The showiest statement was his endorsement of the National Infrastructure Commission’s (NIC) vision for the Cambridge-Milton Keynes-Oxford corridor. The NIC was established to make recommendations for projects based on solid evidence and it is promising that this appears to be working. The Budget’s announcement of a one year extension to the National Productivity Investment Fund, worth £7 billion, is also welcome.

But there was no mention of what will replace funding from the European Investment Bank after Brexit. The Budget also neglected to say when the Government will publish a new private finance ‘pipeline’. Announced in the 2016 Autumn Statement, this was meant to provide investors with details of future private finance requirements. We understand that an improved version of the existing pipeline will be published next month, but it’s questionable whether this will be enough.

Housing

Stepping onto one of the hottest battlegrounds, the Chancellor proposed to build 300,000 new houses a year, a 40% jump on current rates, partly through building five new garden towns. But this target will be hard to reach given Green Belt protections. A new Institute for Government infrastructure report next week will look at how to win public support for such contentious projects.

Public services

The £2.8 billion boost for the NHS over three years is not nothing - but is well short of the £4 billion boost its chief executive Simon Stevens wanted for the current year, and it will run out in 2020. Hammond said he would countenance pay rises for some NHS staff but not all.

Of the new capital spending, £2.6 billion goes to the Sustainability and Transformation Partnerships - badly needed to turn them into real vehicles for change. However, to meet the recommended £10 billion investment outlined in the independent Naylor Review, the Government still needs to find more than £5 billion through property disposal and private investment. 

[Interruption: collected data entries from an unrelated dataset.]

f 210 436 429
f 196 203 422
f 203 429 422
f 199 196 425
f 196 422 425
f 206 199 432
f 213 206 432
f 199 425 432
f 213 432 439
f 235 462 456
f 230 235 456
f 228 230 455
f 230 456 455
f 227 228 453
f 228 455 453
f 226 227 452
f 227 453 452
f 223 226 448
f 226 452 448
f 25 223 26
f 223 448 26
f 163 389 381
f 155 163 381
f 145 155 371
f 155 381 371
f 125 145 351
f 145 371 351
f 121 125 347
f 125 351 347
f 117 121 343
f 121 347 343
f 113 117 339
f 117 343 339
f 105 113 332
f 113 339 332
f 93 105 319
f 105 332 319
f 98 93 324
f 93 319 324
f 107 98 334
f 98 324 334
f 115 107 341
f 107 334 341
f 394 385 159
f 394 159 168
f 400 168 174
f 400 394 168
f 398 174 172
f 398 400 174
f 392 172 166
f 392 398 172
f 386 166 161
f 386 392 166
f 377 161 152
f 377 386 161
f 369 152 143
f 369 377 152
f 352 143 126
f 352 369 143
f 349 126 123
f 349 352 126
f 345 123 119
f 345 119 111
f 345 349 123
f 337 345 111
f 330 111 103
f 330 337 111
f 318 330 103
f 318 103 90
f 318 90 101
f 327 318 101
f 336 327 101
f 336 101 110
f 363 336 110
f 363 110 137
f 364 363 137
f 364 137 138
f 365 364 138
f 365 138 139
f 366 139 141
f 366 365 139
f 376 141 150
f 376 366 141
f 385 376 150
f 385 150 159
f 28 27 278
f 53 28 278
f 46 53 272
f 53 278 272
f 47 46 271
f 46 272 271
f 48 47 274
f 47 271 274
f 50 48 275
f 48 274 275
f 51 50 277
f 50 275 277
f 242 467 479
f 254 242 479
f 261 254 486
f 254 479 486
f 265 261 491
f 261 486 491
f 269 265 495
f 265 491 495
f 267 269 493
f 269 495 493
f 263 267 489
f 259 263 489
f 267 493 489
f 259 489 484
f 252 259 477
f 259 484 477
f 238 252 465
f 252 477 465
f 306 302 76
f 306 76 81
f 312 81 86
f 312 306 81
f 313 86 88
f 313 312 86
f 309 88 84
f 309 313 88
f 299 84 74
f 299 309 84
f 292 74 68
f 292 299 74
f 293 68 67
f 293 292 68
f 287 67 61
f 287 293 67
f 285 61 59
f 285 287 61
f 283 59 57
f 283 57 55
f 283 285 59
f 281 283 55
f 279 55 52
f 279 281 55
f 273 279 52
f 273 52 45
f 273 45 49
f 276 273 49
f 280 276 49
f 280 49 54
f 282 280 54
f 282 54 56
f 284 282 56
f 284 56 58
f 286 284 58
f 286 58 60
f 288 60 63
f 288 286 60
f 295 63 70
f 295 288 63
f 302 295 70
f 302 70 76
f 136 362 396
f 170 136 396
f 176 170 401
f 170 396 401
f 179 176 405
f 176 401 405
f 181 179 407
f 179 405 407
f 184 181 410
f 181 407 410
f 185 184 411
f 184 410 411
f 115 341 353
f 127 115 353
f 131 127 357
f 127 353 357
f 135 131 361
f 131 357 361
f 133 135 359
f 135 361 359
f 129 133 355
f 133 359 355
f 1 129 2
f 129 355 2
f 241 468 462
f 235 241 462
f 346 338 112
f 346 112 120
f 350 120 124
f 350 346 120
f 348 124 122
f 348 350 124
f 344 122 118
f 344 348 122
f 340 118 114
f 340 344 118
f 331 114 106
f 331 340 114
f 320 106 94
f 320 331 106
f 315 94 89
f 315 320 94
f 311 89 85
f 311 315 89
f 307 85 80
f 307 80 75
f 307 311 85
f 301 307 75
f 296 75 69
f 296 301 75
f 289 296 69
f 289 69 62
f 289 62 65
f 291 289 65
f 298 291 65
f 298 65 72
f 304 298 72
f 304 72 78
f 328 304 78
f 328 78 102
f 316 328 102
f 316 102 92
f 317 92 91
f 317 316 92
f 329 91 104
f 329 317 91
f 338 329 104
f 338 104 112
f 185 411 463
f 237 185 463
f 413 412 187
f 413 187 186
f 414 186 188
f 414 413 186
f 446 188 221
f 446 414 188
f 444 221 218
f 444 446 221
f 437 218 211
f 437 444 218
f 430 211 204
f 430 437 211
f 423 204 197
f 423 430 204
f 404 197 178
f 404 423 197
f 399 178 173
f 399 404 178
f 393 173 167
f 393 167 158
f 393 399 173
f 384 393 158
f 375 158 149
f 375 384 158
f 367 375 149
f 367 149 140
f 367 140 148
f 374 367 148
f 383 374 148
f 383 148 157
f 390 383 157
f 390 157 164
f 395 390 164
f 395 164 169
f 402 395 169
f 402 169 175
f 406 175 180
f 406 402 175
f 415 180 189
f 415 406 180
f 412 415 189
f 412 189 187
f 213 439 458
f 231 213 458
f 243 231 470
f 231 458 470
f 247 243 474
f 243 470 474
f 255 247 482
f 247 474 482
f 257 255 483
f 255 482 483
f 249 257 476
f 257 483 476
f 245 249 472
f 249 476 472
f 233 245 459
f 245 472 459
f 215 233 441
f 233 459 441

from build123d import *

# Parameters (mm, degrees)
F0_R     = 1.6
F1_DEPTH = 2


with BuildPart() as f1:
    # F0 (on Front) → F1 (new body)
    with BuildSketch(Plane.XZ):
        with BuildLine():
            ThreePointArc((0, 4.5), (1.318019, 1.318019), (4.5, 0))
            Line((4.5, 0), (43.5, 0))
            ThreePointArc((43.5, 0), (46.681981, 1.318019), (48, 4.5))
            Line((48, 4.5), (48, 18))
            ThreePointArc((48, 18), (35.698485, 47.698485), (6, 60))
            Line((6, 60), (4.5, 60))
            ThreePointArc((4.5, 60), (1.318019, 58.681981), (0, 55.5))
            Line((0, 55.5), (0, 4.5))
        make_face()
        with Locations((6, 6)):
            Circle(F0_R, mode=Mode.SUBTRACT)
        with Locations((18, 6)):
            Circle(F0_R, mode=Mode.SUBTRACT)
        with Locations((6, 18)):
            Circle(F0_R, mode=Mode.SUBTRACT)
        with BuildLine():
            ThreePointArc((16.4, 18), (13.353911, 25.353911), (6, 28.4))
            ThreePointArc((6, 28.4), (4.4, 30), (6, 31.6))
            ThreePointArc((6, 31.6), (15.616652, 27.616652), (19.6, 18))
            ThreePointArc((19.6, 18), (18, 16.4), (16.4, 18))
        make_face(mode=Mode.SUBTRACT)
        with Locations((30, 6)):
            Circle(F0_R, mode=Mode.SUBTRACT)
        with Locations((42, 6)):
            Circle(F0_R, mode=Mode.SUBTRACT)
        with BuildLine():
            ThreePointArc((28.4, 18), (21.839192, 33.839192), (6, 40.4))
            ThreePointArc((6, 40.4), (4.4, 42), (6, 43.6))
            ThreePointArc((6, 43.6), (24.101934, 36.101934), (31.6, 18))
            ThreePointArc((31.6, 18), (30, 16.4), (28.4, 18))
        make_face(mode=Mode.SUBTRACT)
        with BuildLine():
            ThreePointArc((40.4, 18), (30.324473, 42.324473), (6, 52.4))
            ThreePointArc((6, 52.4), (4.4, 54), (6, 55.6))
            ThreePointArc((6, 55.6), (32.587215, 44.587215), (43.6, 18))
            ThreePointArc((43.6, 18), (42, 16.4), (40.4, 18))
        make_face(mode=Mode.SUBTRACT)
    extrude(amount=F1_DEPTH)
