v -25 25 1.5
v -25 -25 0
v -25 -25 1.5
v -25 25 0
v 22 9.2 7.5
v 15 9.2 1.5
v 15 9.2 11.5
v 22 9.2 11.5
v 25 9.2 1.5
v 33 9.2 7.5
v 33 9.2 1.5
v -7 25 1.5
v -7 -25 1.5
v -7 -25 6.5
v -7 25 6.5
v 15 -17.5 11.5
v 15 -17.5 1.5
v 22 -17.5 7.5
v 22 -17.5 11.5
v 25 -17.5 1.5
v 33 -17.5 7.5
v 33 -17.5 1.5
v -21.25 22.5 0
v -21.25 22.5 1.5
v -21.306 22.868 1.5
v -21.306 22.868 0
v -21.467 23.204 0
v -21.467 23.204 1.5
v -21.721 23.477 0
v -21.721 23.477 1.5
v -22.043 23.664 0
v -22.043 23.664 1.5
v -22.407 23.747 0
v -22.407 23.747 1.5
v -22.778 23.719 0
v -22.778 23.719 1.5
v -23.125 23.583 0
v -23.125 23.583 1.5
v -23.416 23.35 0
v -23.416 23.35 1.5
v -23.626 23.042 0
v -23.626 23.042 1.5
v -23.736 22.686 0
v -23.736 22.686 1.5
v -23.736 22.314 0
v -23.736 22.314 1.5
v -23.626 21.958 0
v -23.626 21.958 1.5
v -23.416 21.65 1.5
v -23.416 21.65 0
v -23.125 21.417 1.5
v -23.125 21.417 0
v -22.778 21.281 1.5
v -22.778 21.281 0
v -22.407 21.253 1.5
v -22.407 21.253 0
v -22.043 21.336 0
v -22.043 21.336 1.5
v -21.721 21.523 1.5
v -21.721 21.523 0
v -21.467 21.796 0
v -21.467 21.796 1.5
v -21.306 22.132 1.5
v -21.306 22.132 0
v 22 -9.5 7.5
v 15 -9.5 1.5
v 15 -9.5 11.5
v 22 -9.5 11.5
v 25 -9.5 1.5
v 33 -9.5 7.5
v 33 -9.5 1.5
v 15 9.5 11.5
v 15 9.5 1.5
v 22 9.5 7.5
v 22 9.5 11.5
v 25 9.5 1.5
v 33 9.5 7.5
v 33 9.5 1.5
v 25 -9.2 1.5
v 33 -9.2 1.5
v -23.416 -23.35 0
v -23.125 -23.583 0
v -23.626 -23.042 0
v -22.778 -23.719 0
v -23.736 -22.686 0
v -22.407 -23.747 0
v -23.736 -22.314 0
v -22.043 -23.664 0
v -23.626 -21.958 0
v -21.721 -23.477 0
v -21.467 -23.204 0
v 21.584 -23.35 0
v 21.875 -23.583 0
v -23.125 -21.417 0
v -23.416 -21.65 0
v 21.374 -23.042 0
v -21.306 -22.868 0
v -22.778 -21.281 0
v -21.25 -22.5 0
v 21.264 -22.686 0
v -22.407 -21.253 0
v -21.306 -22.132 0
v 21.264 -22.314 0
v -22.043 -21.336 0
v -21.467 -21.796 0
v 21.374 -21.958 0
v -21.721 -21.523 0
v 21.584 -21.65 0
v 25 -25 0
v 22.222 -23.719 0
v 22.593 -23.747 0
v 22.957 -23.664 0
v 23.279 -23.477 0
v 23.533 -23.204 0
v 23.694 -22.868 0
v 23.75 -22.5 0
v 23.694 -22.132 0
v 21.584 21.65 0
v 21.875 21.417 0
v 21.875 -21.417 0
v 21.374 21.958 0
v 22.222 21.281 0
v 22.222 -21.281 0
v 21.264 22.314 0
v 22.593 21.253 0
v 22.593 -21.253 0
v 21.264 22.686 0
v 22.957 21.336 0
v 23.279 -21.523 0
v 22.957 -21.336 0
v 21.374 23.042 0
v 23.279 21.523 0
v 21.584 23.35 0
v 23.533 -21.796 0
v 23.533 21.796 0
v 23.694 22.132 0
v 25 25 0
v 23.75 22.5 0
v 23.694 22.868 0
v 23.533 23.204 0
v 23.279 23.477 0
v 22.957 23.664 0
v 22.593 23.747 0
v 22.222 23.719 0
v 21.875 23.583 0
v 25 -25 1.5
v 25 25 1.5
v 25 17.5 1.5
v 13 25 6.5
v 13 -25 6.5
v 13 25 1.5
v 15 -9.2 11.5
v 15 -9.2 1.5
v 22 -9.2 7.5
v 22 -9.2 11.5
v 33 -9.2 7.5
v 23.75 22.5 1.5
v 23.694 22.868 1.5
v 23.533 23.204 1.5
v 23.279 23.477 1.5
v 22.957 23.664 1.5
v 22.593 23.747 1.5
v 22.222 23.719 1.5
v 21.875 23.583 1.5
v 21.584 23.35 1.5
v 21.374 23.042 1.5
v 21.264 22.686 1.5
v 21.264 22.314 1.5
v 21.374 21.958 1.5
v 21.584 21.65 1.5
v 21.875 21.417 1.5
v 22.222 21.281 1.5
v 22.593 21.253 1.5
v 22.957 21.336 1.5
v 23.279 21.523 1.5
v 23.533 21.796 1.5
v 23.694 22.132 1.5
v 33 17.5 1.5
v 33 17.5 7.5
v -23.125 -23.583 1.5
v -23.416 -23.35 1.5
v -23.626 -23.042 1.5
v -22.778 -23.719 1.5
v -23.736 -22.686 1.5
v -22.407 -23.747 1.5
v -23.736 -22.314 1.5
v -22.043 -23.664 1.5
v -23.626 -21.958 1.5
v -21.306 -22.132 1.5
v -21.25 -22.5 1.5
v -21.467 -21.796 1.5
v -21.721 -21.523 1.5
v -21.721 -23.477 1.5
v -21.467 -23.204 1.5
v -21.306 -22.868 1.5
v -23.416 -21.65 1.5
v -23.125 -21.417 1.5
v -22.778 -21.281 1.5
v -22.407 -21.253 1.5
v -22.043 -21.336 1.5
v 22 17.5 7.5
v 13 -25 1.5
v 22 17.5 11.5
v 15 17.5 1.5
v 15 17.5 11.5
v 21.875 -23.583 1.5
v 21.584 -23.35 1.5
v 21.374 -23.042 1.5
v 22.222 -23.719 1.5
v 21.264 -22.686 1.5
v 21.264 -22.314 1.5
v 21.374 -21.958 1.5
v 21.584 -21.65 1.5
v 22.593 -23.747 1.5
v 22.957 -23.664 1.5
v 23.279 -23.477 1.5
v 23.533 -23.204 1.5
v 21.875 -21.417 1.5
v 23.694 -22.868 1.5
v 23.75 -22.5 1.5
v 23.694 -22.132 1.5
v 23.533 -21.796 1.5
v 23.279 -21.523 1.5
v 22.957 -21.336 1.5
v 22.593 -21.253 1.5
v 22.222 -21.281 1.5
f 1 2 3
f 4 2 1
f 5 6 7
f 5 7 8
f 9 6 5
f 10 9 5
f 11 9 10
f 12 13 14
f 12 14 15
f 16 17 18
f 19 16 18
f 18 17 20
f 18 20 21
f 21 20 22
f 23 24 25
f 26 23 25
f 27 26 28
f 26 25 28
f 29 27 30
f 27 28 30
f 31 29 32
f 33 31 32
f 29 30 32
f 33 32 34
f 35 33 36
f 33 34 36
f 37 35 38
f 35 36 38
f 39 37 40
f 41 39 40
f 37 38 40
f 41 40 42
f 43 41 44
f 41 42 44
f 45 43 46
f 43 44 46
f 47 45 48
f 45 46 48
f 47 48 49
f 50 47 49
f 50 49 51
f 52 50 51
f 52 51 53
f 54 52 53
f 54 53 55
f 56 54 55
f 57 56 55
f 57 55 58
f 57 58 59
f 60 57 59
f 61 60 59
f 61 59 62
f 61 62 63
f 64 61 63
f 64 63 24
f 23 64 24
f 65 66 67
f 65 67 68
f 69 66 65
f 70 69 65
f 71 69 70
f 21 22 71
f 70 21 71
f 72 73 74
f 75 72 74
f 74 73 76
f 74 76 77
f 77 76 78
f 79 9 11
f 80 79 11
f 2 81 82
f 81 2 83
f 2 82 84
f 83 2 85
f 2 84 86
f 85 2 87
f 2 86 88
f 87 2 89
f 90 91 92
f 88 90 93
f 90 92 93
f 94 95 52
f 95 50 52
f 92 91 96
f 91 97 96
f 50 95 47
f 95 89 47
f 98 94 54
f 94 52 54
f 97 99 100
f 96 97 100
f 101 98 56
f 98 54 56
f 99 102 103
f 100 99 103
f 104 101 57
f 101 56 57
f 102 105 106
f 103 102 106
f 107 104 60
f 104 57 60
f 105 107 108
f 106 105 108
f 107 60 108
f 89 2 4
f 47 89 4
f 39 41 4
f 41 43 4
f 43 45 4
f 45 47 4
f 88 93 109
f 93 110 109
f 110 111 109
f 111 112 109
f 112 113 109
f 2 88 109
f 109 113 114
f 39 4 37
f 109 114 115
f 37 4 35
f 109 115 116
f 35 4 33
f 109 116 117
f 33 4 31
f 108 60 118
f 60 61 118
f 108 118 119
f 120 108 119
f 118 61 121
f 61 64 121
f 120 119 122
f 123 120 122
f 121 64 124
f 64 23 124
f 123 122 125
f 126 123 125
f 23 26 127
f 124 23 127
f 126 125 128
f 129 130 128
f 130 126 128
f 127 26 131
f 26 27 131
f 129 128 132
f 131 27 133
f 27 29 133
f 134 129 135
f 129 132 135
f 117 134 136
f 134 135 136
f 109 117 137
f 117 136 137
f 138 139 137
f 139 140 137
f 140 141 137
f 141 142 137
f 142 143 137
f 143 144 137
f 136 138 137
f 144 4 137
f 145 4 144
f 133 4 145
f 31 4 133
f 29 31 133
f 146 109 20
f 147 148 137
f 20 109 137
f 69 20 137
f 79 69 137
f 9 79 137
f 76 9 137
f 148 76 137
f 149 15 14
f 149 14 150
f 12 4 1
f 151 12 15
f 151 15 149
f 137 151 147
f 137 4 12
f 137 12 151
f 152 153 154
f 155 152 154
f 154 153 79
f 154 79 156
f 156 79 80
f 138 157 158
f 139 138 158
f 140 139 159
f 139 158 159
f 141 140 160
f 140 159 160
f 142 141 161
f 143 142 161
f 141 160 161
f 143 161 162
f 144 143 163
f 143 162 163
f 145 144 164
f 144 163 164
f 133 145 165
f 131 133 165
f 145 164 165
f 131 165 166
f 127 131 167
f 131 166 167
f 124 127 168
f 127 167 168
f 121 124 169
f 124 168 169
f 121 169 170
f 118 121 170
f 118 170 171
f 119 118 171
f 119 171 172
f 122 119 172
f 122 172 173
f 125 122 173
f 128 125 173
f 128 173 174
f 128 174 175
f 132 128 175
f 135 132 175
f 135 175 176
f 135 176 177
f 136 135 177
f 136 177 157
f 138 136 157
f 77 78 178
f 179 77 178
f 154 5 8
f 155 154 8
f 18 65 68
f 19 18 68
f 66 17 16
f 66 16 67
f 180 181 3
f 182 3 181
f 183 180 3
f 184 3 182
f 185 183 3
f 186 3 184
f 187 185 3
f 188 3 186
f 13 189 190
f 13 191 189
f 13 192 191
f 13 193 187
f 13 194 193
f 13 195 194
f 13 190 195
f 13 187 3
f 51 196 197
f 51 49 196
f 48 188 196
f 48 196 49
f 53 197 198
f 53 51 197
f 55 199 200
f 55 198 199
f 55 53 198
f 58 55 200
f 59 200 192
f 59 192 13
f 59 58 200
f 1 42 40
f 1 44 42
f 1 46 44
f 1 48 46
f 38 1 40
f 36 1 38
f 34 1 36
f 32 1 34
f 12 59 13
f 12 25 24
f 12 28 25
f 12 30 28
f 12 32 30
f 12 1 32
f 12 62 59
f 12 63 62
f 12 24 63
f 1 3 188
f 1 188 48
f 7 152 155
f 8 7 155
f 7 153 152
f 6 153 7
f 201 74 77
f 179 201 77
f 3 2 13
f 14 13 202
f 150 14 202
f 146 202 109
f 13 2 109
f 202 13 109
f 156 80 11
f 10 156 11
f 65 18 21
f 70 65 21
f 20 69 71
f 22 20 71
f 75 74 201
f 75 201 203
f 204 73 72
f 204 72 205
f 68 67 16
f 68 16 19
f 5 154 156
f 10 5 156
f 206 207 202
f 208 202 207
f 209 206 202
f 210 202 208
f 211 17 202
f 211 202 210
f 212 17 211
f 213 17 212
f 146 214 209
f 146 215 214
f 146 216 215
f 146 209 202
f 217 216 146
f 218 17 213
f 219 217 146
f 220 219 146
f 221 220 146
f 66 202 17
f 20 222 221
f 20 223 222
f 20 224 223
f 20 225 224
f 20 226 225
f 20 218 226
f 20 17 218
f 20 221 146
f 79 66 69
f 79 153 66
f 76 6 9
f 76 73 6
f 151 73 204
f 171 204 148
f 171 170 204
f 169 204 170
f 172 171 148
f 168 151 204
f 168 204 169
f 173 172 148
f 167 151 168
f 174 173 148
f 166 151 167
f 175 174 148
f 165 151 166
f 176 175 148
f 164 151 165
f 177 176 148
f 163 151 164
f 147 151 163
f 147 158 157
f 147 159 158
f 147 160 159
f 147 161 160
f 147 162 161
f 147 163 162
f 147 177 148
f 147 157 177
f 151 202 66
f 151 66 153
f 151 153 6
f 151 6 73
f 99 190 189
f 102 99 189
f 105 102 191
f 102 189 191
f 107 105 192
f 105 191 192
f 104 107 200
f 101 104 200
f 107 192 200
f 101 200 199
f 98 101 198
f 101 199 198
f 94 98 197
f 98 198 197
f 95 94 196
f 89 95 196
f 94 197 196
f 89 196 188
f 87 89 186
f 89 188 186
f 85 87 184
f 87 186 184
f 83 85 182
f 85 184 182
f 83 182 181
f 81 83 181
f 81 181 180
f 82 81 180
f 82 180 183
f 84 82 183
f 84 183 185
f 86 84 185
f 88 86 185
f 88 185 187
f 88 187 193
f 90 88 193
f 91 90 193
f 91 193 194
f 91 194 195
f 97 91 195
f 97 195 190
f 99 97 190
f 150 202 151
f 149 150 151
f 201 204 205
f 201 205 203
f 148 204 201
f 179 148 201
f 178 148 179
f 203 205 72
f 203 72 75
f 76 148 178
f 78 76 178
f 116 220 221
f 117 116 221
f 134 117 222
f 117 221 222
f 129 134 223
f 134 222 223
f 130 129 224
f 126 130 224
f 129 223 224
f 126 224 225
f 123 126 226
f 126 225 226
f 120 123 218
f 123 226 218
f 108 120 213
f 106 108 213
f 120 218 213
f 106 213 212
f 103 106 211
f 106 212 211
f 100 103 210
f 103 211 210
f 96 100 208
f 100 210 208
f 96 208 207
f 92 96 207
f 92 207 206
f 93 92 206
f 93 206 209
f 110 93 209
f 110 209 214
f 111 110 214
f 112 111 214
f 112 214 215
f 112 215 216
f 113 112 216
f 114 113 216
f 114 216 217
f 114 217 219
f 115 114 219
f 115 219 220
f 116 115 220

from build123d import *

# Parameters (mm, degrees)
SKETCH_1_W          = 50
SKETCH_1_H          = 50
EXTRUDE_1_DEPTH     = 1.5
SKETCH_2_W          = 20
SKETCH_2_H          = 50
EXTRUDE_2_DEPTH     = 5
SKETCH_3_W          = 18
SKETCH_3_H          = 8
SKETCH_3_H_2        = 18.4
EXTRUDE_3_DEPTH     = 10
SKETCH_4_W          = 11
SKETCH_4_H          = 4
CUT_EXTRUDE_1_DEPTH = 56.022722579
SKETCH_5_R          = 1.25
CUT_EXTRUDE_2_DEPTH = 43.591078878


with BuildPart() as part:
    # 草图1 → 凸台-拉伸1 (new body)
    with BuildSketch(Plane.XY):
        Rectangle(SKETCH_1_W, SKETCH_1_H)
    extrude(amount=EXTRUDE_1_DEPTH)

    # 草图2 → 凸台-拉伸2 (add)
    with BuildSketch(Plane.XY.offset(1.5)):
        with Locations((3, 0)):
            Rectangle(SKETCH_2_W, SKETCH_2_H)
    extrude(amount=EXTRUDE_2_DEPTH)

    # 草图3 → 凸台-拉伸3 (add)
    with BuildSketch(Plane.XY.offset(1.5)):
        with Locations((24, 13.5)):
            Rectangle(SKETCH_3_W, SKETCH_3_H)
        with Locations((24, 0)):
            Rectangle(SKETCH_3_W, SKETCH_3_H_2)
        with Locations((24, -13.5)):
            Rectangle(SKETCH_3_W, SKETCH_3_H)
    extrude(amount=EXTRUDE_3_DEPTH)

    # 草图4 → 切除-拉伸1 (cut, through all)
    with BuildSketch(Plane.XZ.offset(17.5)):
        with Locations((27.5, 9.5)):
            Rectangle(SKETCH_4_W, SKETCH_4_H)
    extrude(amount=-CUT_EXTRUDE_1_DEPTH, mode=Mode.SUBTRACT)

    # 草图5 → 切除-拉伸2 (cut, through all)
    with BuildSketch(Plane.XY.offset(1.5)):
        with Locations((-22.5, 22.5)):
            Circle(SKETCH_5_R)
        with Locations((22.5, 22.5)):
            Circle(SKETCH_5_R)
        with Locations((22.5, -22.5)):
            Circle(SKETCH_5_R)
        with Locations((-22.5, -22.5)):
            Circle(SKETCH_5_R)
    extrude(amount=-CUT_EXTRUDE_2_DEPTH, mode=Mode.SUBTRACT)


solid = part.part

Schools got a small funding boost for maths and computer science teachers, a sensible response to shortages. But other services under clear strain, such as prisons, did not get a mention. Last week’s announcement that the social care green paper has been pushed back to summer 2018 raises questions about the Government’s ability to grasp this issue.  

Nations, regions, cities

Metro mayors are winners from this Budget. The six combined authorities with metro mayors will receive half of a £1.7 billion fund to support intra-city transport, with the rest up for competition between other cities. There is also £300 million to ensure HS2 can accommodate future “Northern Powerhouse” and Midlands Connect services and £337 million to replace the Tyne and Wear Metro’s 40-year-old rolling stock. Greater Manchester gets £243 million from the Transforming Cities Fund to develop a local industrial strategy.

The Government is “‘minded to”’ pursue a devolution deal with North of Tyne as well as exploring further devolution to Liverpool City Region and the Tees Valley, and has agreed a further devolution deal in principle with the West Midlands Mayor on housing, skills and transport.

The Chancellor’s decisions on new spending in England have knock-on consequences under the Barnett Formula, hence the rise in the Scottish Government budget of £2 billion through to 2020-21, the Welsh Government budget of £1.2 billion and £660 million more to the Northern Ireland Executive.

Digital revolution

The most significant pledges were on education. Although the talk was big, the sums were small - £20 million will go to Further Education colleges for the new technical-level qualification, while the Chancellor promised “maths for everyone”. There were showy but small contributions to a new advisory body, the Centre for Data Ethics and Innovation. And the Chancellor announced a new Geospatial Commission, plus £385m to develop 5G mobile networks and full-fibre broadband.

Tax planning

Virtually all the revenue raising measures come through tax avoidance measures, exactly as George Osborne and Gordon Brown did when under pressure. In Hammond’s Budget, these measures will eventually raise about £1.5 billion a year - though such figures are highly speculative. Anti-avoidance often yields less tax than officials hope when announcing them.